Emerging growth company ☐
If an emerging growth company, indicate by check mark if the registrant has elected not to use the extended transition period for complying with any new or revised financial accounting standards provided pursuant to Section 13(a) of the Exchange Act. ☐
Item 7.01 | Regulation FD Disclosure. |
On May 8, 2017, CareTrust REIT, Inc. (the Company) issued a press release announcing that its wholly owned subsidiaries CTR Partnership, L.P. and a corporate co-issuer, CareTrust Capital Corp. (together, the Issuers) intend to offer, subject to market and other conditions, $300.0 million in aggregate principal amount of unsecured senior notes due 2025 (the New Notes) in an underwritten public offering. The Company intends to use a portion of the net proceeds from the offering of the New Notes to pay the redemption price and related expenses, for the Redemption (as defined below).
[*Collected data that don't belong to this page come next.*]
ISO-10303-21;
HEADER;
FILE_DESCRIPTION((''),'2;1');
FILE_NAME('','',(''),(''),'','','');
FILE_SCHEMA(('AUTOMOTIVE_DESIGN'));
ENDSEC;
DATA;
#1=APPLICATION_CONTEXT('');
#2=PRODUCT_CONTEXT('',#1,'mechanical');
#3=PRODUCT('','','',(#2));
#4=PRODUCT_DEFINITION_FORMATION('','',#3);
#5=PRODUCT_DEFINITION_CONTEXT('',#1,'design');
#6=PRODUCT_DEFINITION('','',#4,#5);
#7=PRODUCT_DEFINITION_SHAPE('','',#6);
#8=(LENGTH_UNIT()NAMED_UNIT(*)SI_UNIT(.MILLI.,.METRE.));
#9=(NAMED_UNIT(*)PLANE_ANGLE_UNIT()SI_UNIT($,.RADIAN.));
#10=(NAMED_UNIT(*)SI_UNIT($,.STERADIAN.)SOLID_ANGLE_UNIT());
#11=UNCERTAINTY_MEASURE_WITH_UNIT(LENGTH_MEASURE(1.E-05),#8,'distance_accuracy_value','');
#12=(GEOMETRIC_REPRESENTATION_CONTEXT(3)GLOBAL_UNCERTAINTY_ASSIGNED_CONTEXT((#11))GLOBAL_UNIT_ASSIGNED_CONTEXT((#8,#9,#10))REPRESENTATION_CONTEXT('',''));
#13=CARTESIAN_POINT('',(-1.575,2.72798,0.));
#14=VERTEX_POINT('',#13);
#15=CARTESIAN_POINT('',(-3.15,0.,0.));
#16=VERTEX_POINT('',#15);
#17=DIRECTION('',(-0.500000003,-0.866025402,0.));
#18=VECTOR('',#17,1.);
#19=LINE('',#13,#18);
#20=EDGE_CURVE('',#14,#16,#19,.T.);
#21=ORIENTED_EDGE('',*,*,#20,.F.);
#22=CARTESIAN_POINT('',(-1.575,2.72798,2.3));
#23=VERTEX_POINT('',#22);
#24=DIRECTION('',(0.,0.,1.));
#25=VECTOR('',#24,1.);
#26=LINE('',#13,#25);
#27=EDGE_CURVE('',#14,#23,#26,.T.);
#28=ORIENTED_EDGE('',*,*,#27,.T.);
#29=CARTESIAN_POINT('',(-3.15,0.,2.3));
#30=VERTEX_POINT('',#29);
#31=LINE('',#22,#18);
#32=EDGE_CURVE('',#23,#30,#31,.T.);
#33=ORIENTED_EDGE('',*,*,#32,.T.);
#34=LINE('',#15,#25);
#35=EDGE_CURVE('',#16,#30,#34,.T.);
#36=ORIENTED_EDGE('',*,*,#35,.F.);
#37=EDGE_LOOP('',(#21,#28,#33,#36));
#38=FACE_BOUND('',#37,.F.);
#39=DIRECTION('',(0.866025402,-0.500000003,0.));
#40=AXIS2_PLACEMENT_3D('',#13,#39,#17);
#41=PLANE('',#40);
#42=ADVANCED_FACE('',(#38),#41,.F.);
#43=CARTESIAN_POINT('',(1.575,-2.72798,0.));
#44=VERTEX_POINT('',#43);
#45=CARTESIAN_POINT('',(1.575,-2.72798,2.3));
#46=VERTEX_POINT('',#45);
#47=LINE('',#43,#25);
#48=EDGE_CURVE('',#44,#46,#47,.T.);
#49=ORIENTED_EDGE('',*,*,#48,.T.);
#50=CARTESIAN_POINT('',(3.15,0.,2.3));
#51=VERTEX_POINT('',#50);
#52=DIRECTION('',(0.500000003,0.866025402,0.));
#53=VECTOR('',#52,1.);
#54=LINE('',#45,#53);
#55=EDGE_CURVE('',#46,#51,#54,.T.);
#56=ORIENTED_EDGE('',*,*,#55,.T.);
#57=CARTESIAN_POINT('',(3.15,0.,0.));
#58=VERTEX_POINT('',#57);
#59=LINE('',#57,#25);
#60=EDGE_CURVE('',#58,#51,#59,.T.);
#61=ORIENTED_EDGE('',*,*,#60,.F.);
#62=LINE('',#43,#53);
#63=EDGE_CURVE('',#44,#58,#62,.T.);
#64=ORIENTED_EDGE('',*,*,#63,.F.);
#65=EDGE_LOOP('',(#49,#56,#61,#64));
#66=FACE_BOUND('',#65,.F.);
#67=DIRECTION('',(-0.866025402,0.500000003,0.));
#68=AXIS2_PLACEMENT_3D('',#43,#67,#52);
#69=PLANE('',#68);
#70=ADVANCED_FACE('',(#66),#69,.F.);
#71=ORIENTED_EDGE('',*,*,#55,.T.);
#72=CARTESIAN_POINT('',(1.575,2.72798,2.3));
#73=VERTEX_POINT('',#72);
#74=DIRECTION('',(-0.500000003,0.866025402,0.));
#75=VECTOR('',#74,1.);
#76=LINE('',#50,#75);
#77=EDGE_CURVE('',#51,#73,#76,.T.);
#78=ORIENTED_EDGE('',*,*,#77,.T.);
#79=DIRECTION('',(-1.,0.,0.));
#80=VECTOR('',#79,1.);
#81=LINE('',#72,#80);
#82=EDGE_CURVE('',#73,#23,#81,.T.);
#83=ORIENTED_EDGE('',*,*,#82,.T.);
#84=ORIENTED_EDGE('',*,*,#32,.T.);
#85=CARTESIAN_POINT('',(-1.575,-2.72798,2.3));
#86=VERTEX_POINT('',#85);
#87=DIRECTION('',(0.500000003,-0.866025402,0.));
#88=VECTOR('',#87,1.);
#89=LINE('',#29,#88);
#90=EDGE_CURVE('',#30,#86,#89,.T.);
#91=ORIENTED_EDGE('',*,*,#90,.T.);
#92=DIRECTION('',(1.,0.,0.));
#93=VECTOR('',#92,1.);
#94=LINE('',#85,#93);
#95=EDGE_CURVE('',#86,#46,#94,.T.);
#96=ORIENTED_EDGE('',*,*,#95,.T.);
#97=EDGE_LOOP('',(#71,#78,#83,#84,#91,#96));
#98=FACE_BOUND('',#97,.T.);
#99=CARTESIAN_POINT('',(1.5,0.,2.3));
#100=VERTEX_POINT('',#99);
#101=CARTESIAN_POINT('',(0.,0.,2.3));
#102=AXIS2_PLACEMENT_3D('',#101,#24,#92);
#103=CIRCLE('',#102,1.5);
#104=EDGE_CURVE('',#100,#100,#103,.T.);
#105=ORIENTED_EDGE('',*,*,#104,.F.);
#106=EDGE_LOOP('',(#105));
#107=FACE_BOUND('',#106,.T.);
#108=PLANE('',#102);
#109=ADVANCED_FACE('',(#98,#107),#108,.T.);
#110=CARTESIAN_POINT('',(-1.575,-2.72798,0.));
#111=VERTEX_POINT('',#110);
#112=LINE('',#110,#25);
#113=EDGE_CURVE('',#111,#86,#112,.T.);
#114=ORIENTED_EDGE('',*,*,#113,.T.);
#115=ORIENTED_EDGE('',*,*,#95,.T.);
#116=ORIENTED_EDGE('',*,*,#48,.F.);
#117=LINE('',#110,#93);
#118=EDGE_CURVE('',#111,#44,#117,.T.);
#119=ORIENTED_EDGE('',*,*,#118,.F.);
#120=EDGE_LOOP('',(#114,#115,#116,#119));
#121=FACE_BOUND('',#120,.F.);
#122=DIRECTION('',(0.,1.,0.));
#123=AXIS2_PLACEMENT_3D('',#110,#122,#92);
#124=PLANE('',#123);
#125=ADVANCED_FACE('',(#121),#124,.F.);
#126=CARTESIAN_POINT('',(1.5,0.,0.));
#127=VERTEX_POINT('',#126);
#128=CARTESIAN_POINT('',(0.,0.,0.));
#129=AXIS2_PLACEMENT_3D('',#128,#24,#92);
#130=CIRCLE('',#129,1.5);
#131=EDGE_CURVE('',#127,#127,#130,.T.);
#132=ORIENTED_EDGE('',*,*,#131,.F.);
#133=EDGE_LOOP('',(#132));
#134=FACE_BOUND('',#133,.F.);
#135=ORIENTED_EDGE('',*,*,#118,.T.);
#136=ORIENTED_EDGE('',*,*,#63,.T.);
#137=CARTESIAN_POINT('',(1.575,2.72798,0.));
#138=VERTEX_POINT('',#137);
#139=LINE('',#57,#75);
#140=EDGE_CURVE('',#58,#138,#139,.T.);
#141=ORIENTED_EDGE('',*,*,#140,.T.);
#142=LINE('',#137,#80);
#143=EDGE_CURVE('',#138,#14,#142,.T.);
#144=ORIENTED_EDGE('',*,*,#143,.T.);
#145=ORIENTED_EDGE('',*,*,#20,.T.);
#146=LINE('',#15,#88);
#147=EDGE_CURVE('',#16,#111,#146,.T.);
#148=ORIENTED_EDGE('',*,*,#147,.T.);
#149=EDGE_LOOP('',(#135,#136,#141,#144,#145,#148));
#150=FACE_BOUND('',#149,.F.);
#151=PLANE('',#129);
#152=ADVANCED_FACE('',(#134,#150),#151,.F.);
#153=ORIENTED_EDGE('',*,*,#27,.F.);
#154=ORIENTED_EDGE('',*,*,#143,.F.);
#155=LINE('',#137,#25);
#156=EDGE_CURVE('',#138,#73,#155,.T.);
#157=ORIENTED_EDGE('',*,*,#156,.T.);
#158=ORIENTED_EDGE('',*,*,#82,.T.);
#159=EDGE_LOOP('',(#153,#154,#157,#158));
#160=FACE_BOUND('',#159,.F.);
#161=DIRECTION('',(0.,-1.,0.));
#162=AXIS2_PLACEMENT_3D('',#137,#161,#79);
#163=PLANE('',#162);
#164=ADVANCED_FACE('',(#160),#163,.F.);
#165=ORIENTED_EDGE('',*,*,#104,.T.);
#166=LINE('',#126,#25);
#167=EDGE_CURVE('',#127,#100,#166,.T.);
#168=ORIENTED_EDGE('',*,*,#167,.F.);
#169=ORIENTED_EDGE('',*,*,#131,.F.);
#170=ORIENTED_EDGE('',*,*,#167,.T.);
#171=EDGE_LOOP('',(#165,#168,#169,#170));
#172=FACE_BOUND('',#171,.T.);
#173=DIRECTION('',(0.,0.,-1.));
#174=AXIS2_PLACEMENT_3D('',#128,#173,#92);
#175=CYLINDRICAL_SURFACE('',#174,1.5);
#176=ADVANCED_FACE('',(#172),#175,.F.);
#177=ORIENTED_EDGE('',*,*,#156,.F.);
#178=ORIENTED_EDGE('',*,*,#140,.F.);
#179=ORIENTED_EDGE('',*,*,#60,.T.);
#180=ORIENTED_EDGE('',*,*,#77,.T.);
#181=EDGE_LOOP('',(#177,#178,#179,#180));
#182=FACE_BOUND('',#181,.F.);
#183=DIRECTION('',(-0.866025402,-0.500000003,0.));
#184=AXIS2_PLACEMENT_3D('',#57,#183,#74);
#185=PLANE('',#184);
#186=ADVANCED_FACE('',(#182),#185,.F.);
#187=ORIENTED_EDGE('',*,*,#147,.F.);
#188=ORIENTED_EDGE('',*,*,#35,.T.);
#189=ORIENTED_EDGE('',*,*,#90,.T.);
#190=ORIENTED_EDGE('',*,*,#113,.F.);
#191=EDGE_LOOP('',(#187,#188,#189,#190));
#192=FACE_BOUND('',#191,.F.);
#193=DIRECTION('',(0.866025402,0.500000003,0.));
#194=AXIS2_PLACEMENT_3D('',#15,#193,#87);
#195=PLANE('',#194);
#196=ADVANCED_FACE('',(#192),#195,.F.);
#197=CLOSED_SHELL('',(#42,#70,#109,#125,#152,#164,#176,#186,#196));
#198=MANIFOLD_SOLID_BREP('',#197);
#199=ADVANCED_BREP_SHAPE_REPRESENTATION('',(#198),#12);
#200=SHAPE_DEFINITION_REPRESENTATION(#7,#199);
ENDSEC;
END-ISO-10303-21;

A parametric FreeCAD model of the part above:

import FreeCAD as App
import Part
import Sketcher
from FreeCAD import Vector
Q = App.Units.Quantity

doc = App.newDocument("Part")
body = doc.addObject("PartDesign::Body", "Body")

sketch1 = body.newObject("Sketcher::SketchObject", "Sketch")
sketch1.AttachmentSupport = (doc.getObject("XY_Plane"), [""])
sketch1.MapMode = "FlatFace"
sketch1.addGeometry([
    Part.LineSegment(Vector(1.6, -2.7, 0), Vector(3.1, 0, 0)),
    Part.LineSegment(Vector(3.1, 0, 0), Vector(1.6, 2.7, 0)),
    Part.LineSegment(Vector(1.6, 2.7, 0), Vector(-1.6, 2.7, 0)),
    Part.LineSegment(Vector(-1.6, 2.7, 0), Vector(-3.1, 0, 0)),
    Part.LineSegment(Vector(-3.1, 0, 0), Vector(-1.6, -2.7, 0)),
    Part.LineSegment(Vector(-1.6, -2.7, 0), Vector(1.6, -2.7, 0)),
    Part.Circle(Vector(0, 0, 0), Vector(0, 0, 1), 1.5),
], False)
sketch1.addConstraint([
    Sketcher.Constraint("Coincident", 0, 2, 1, 1),
    Sketcher.Constraint("Coincident", 1, 2, 2, 1),
    Sketcher.Constraint("Coincident", 2, 2, 3, 1),
    Sketcher.Constraint("Coincident", 3, 2, 4, 1),
    Sketcher.Constraint("Coincident", 4, 2, 5, 1),
    Sketcher.Constraint("Coincident", 5, 2, 0, 1),
    Sketcher.Constraint("Horizontal", 2),
    Sketcher.Constraint("Horizontal", 5),
    Sketcher.Constraint("Coincident", 6, 3, -1, 1),
    Sketcher.Constraint("Symmetric", 0, 2, 3, 2, -1, 1),
    Sketcher.Constraint("Symmetric", 1, 2, 4, 2, -1, 1),
    Sketcher.Constraint("PointOnObject", 0, 2, -1),
    Sketcher.Constraint("Parallel", 0, 3),
    Sketcher.Constraint("Vertical", 2, 2, 4, 2),
    Sketcher.Constraint("Diameter", 6, 3.0),
    Sketcher.Constraint("Angle", 0, Q("60 deg")),
    Sketcher.Constraint("DistanceX", 2, 2, 2, 1, 3.15),
    Sketcher.Constraint("DistanceX", 3, 2, 0, 2, 6.3),
])
pad1 = body.newObject("PartDesign::Pad", "Pad")
pad1.Profile = sketch1
pad1.Length = 2.3

doc.recompute()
The Company intends to use any remaining net proceeds to repay borrowings outstanding under its revolving credit facility and for general corporate purposes, including acquisitions.
On May 8, 2017, the Issuers gave conditional notice of optional full redemption pursuant to the Indenture, dated as of May 30, 2014 (as amended, supplemented, or otherwise modified, the Indenture), by and among the Issuers, the guarantors party thereto and Wells Fargo Bank, National Association, a national banking association, as trustee (the Trustee), that, subject to the satisfaction of specified conditions precedent, the Company has elected to redeem (the Redemption), on June 7, 2017 (the Redemption Date) all of the outstanding 5.875% Senior Notes due 2021 (the 2021 Notes).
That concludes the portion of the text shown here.